Ubuntu shouldn't abuse trademark law to silence critics of its privacy decisions - micahflee
https://micahflee.com/2013/11/canonical-shouldnt-abuse-trademark-law-to-silence-critics-of-its-privacy-decisions/

======
chc
It isn't clear to me that they are using trademark law to silence critics.
IANAL, but based on my understanding of nominative use, I do not see how this
use of the logo qualifies. Let's look at the list of general criteria for
nominative use in the Wikipedia article linked in the OP:

1\. The product or service cannot be readily identified without using the
trademark (e.g. trademark is descriptive of a person, place, or product
attribute).

2\. The user only uses as much of the mark as is necessary for the
identification (e.g. the words but not the font or symbol).

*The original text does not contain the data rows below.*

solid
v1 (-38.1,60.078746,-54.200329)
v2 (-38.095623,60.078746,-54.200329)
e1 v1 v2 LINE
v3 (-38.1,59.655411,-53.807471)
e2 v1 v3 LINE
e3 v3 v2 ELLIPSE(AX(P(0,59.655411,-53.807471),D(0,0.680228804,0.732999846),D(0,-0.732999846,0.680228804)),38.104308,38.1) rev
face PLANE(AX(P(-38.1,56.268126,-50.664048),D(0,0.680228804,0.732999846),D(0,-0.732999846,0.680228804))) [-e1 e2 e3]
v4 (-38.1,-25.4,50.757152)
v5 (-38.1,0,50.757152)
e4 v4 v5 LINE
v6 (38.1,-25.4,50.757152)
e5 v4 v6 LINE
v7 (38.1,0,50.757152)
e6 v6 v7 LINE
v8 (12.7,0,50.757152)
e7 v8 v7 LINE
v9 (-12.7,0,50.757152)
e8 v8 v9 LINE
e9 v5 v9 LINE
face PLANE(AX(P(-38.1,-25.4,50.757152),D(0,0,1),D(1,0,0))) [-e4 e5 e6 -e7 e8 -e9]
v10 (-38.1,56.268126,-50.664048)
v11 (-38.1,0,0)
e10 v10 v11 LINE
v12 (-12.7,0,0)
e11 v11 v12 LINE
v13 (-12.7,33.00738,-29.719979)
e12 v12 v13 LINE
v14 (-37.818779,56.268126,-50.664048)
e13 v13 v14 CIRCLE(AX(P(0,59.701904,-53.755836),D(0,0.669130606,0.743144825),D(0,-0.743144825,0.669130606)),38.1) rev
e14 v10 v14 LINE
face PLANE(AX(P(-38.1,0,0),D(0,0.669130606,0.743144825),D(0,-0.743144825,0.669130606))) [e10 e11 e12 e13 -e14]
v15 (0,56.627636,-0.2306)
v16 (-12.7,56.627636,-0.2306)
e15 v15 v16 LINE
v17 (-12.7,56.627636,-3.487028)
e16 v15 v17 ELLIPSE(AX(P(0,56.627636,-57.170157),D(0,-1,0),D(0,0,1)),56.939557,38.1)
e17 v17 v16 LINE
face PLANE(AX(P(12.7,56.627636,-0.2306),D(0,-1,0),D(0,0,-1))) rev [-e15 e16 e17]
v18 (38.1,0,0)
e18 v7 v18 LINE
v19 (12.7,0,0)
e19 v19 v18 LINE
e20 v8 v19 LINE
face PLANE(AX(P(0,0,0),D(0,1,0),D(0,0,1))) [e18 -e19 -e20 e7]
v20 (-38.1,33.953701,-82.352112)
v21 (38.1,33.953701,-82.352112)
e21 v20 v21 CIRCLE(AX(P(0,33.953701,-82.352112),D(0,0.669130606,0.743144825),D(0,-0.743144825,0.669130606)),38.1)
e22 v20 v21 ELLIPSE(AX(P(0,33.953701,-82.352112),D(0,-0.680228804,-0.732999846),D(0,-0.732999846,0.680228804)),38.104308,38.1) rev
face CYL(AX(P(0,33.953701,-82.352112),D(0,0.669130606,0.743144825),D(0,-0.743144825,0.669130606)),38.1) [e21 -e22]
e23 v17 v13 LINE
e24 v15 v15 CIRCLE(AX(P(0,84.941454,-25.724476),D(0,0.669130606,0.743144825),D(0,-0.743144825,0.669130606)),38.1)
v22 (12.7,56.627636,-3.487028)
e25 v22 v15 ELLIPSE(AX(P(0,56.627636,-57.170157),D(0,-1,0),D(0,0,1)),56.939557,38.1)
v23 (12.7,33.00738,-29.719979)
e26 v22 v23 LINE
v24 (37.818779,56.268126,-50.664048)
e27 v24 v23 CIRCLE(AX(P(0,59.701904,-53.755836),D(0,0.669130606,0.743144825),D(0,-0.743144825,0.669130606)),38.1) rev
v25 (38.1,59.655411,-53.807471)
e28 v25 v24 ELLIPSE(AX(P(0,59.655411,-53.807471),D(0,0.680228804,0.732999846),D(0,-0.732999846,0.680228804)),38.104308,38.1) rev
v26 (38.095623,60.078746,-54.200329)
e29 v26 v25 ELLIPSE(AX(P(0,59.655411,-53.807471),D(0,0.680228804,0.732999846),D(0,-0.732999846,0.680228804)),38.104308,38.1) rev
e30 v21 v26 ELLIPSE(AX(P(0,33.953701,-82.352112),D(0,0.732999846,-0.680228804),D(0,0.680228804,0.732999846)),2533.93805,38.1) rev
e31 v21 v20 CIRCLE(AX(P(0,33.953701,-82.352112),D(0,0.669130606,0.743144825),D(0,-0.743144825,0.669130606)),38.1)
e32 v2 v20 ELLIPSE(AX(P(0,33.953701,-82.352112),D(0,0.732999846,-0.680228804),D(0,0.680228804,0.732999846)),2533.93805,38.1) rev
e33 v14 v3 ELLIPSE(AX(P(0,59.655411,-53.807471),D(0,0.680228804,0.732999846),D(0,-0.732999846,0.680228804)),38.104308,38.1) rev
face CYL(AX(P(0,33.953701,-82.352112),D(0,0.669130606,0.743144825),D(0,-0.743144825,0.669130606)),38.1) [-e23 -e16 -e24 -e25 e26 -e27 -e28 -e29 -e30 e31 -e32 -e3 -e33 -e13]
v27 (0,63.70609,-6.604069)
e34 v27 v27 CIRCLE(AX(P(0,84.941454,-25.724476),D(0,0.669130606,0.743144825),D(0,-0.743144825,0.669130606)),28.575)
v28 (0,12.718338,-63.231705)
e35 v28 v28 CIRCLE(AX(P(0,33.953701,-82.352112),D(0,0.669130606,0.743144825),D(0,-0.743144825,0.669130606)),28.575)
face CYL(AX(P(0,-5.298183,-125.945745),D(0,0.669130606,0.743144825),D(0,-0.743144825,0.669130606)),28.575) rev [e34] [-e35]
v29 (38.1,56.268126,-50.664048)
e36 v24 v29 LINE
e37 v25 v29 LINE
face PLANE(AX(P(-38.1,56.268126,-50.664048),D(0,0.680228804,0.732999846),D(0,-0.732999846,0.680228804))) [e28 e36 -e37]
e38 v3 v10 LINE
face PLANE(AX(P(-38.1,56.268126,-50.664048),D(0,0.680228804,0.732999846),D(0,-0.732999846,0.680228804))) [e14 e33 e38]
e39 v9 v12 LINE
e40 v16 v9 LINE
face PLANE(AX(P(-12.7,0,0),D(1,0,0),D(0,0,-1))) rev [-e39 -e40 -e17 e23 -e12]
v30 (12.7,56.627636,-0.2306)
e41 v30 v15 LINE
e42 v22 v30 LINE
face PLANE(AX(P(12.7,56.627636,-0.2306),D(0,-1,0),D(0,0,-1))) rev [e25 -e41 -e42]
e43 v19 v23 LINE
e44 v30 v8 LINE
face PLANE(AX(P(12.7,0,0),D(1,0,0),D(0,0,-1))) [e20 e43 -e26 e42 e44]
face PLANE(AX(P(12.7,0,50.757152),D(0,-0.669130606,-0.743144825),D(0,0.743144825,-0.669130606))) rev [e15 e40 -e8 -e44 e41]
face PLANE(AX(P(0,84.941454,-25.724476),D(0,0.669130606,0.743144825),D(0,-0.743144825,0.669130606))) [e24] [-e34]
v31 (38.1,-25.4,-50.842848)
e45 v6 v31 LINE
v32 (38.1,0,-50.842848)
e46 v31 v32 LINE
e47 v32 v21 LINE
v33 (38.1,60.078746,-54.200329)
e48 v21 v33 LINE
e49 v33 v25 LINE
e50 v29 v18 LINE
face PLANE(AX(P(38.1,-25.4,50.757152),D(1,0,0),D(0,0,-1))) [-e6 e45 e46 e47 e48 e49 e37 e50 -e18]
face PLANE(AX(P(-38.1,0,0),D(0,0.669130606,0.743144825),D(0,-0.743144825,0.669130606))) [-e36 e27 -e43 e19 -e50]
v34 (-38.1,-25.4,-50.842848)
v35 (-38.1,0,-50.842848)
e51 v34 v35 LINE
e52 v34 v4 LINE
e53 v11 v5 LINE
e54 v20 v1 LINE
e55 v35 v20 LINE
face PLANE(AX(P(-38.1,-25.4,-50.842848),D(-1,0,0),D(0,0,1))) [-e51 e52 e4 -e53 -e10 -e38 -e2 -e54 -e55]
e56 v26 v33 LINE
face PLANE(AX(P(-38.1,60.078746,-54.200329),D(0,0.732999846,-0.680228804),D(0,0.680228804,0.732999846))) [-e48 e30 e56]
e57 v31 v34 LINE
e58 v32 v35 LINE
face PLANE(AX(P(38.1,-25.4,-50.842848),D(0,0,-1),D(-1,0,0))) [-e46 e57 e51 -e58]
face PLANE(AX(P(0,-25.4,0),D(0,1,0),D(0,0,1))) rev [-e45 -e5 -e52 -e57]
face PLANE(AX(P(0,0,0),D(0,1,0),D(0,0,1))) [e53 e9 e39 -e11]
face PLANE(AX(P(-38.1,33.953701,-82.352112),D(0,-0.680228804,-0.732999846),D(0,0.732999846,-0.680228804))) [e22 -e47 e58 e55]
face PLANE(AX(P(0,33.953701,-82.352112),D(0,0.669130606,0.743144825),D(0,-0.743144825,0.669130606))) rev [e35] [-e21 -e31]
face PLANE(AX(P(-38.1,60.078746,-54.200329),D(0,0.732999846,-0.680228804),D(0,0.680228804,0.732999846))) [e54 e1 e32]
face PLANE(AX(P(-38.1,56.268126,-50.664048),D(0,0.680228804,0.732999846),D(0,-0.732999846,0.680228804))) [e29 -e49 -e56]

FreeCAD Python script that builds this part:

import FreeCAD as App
import Part
import Sketcher

V = App.Vector
Q = App.Units.Quantity

doc = App.newDocument("Part")
body = doc.addObject("PartDesign::Body", "Body")

# Sketch on XZ plane
sketch1 = body.newObject("Sketcher::SketchObject", "Sketch")
sketch1.AttachmentSupport = (doc.getObject("XZ_Plane"), [""])
sketch1.MapMode = "FlatFace"
sketch1.addGeometry(Part.LineSegment(V(-38, -51, 0), V(-38, 51, 0)), False)
sketch1.addGeometry(Part.LineSegment(V(-38, 51, 0), V(38, 51, 0)), False)
sketch1.addGeometry(Part.LineSegment(V(38, 51, 0), V(38, -51, 0)), False)
sketch1.addGeometry(Part.LineSegment(V(38, -51, 0), V(-38, -51, 0)), False)
sketch1.addConstraint(Sketcher.Constraint("Coincident", 0, 2, 1, 1))
sketch1.addConstraint(Sketcher.Constraint("Coincident", 1, 2, 2, 1))
sketch1.addConstraint(Sketcher.Constraint("Coincident", 2, 2, 3, 1))
sketch1.addConstraint(Sketcher.Constraint("Coincident", 3, 2, 0, 1))
sketch1.addConstraint(Sketcher.Constraint("Vertical", 0))
sketch1.addConstraint(Sketcher.Constraint("Horizontal", 1))
sketch1.addConstraint(Sketcher.Constraint("Vertical", 2))
sketch1.addConstraint(Sketcher.Constraint("Horizontal", 3))
sketch1.addConstraint(Sketcher.Constraint("DistanceX", 1, 1, 1, 2, Q("3 in")))
sketch1.addConstraint(Sketcher.Constraint("DistanceY", 0, 1, 0, 2, Q("4 in")))
sketch1.addConstraint(Sketcher.Constraint("DistanceX", 0, 2, -1, 1, Q("1.5 in")))
sketch1.addConstraint(Sketcher.Constraint("DistanceY", -1, 1, 0, 2, 50.757152))
pad1 = body.newObject("PartDesign::Pad", "Pad")
pad1.Profile = sketch1
pad1.Length = Q("1 in")

# Sketch on YZ plane
sketch2 = body.newObject("Sketcher::SketchObject", "Sketch001")
sketch2.AttachmentSupport = (doc.getObject("YZ_Plane"), [""])
sketch2.MapMode = "FlatFace"
sketch2.addGeometry(Part.LineSegment(V(57, 0, 0), V(0, 51, 0)), False)
sketch2.addGeometry(Part.LineSegment(V(0, 51, 0), V(0, 0, 0)), False)
sketch2.addGeometry(Part.LineSegment(V(0, 0, 0), V(57, -51, 0)), False)
sketch2.addGeometry(Part.LineSegment(V(57, -51, 0), V(57, 0, 0)), False)
sketch2.addConstraint(Sketcher.Constraint("Coincident", 0, 2, 1, 1))
sketch2.addConstraint(Sketcher.Constraint("Coincident", 1, 2, 2, 1))
sketch2.addConstraint(Sketcher.Constraint("Coincident", 2, 2, 3, 1))
sketch2.addConstraint(Sketcher.Constraint("Coincident", 3, 2, 0, 1))
sketch2.addConstraint(Sketcher.Constraint("Vertical", 1))
sketch2.addConstraint(Sketcher.Constraint("Vertical", 3))
sketch2.addConstraint(Sketcher.Constraint("Coincident", 1, 2, -1, 1))
sketch2.addConstraint(Sketcher.Constraint("Parallel", 0, 2))
sketch2.addConstraint(Sketcher.Constraint("Distance", 0, Q("3 in")))
sketch2.addConstraint(Sketcher.Constraint("Angle", 0, Q("138 deg")))
sketch2.addConstraint(Sketcher.Constraint("DistanceY", 3, 2, -1, 1, 0.2306))
pad2 = body.newObject("PartDesign::Pad", "Pad001")
pad2.Profile = sketch2
pad2.Length = Q("1 in")
pad2.Midplane = True

# Sketch on an angled plane
sketch3 = body.newObject("Sketcher::SketchObject", "Sketch002")
sketch3.Placement = App.Placement(V(0, 25.23955, 28.03136), App.Rotation(V(1, 0, 0), V(0, 0.743144825, -0.669130606), V(0, 0.669130606, 0.743144825), "ZXY"))
sketch3.addGeometry(Part.Circle(V(0, 80, 0), V(0, 0, 1), 38), False)
sketch3.addConstraint(Sketcher.Constraint("PointOnObject", 0, 3, -2))
sketch3.addConstraint(Sketcher.Constraint("Diameter", 0, Q("3 in")))
sketch3.addConstraint(Sketcher.Constraint("DistanceY", -1, 1, 0, 3, 80.336836))
pad3 = body.newObject("PartDesign::Pad", "Pad002")
pad3.Profile = sketch3
pad3.Length = Q("3 in")
pad3.Reversed = True

# Sketch on YZ plane
sketch4 = body.newObject("Sketcher::SketchObject", "Sketch003")
sketch4.AttachmentSupport = (doc.getObject("YZ_Plane"), [""])
sketch4.MapMode = "FlatFace"
sketch4.AttachmentOffset = App.Placement(V(0, 0, 1.5 * 25.4), App.Rotation())
sketch4.addGeometry(Part.LineSegment(V(0, -51, 0), V(34, -82, 0)), False)
sketch4.addGeometry(Part.LineSegment(V(34, -82, 0), V(60, -54, 0)), False)
sketch4.addGeometry(Part.LineSegment(V(60, -54, 0), V(56, -51, 0)), False)
sketch4.addGeometry(Part.LineSegment(V(56, -51, 0), V(0, 0, 0)), False)
sketch4.addGeometry(Part.LineSegment(V(0, 0, 0), V(0, -51, 0)), False)
sketch4.addConstraint(Sketcher.Constraint("Coincident", 0, 2, 1, 1))
sketch4.addConstraint(Sketcher.Constraint("Coincident", 1, 2, 2, 1))
sketch4.addConstraint(Sketcher.Constraint("Coincident", 2, 2, 3, 1))
sketch4.addConstraint(Sketcher.Constraint("Coincident", 3, 2, 4, 1))
sketch4.addConstraint(Sketcher.Constraint("Coincident", 4, 2, 0, 1))
sketch4.addConstraint(Sketcher.Constraint("Vertical", 4))
sketch4.addConstraint(Sketcher.Constraint("Coincident", 3, 2, -1, 1))
sketch4.addConstraint(Sketcher.Constraint("Perpendicular", 0, 1))
sketch4.addConstraint(Sketcher.Constraint("Perpendicular", 1, 2))
sketch4.addConstraint(Sketcher.Constraint("Angle", 3, Q("138 deg")))
sketch4.addConstraint(Sketcher.Constraint("DistanceX", -1, 1, 0, 2, 33.953701))
sketch4.addConstraint(Sketcher.Constraint("DistanceY", 4, 2, 2, 2, 0.1788))
sketch4.addConstraint(Sketcher.Constraint("Distance", 1, 38.40626))
sketch4.addConstraint(Sketcher.Constraint("DistanceY", 4, 2, 4, 1, 50.842848))
pad4 = body.newObject("PartDesign::Pad", "Pad003")
pad4.Profile = sketch4
pad4.Length = Q("3 in")
pad4.Reversed = True

# Sketch on an angled plane
sketch5 = body.newObject("Sketcher::SketchObject", "Sketch004")
sketch5.Placement = App.Placement(V(0, 25.23955, 28.03136), App.Rotation(V(1, 0, 0), V(0, 0.743144825, -0.669130606), V(0, 0.669130606, 0.743144825), "ZXY"))
sketch5.addGeometry(Part.Circle(V(0, 80, 0), V(0, 0, 1), 29), False)
sketch5.addConstraint(Sketcher.Constraint("PointOnObject", 0, 3, -2))
sketch5.addConstraint(Sketcher.Constraint("Diameter", 0, Q("2.25 in")))
sketch5.addConstraint(Sketcher.Constraint("DistanceY", -1, 1, 0, 3, 80.336836))
pocket1 = body.newObject("PartDesign::Pocket", "Pocket")
pocket1.Profile = sketch5
pocket1.Type = "ThroughAll"

doc.recompute()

3\. The user does nothing to suggest sponsorship or endorsement by the
trademark holder. This applies even if the nominative use is commercial, and
the same test applies for metatags.

The use of the logo in this case is not necessary to identify Ubuntu. If the
site in question had just used the name "FixUbuntu", it is doubtful Ubuntu
would have cared. But not only do they have this vaguely official-sounding
domain name, they also had _the Ubuntu logo as the most prominent art on the
page_ and did nothing to disclaim the association.

In response to the complaint, the site has dropped the logo and has also added
a disclaimer. I'm betting Ubuntu will be OK with this.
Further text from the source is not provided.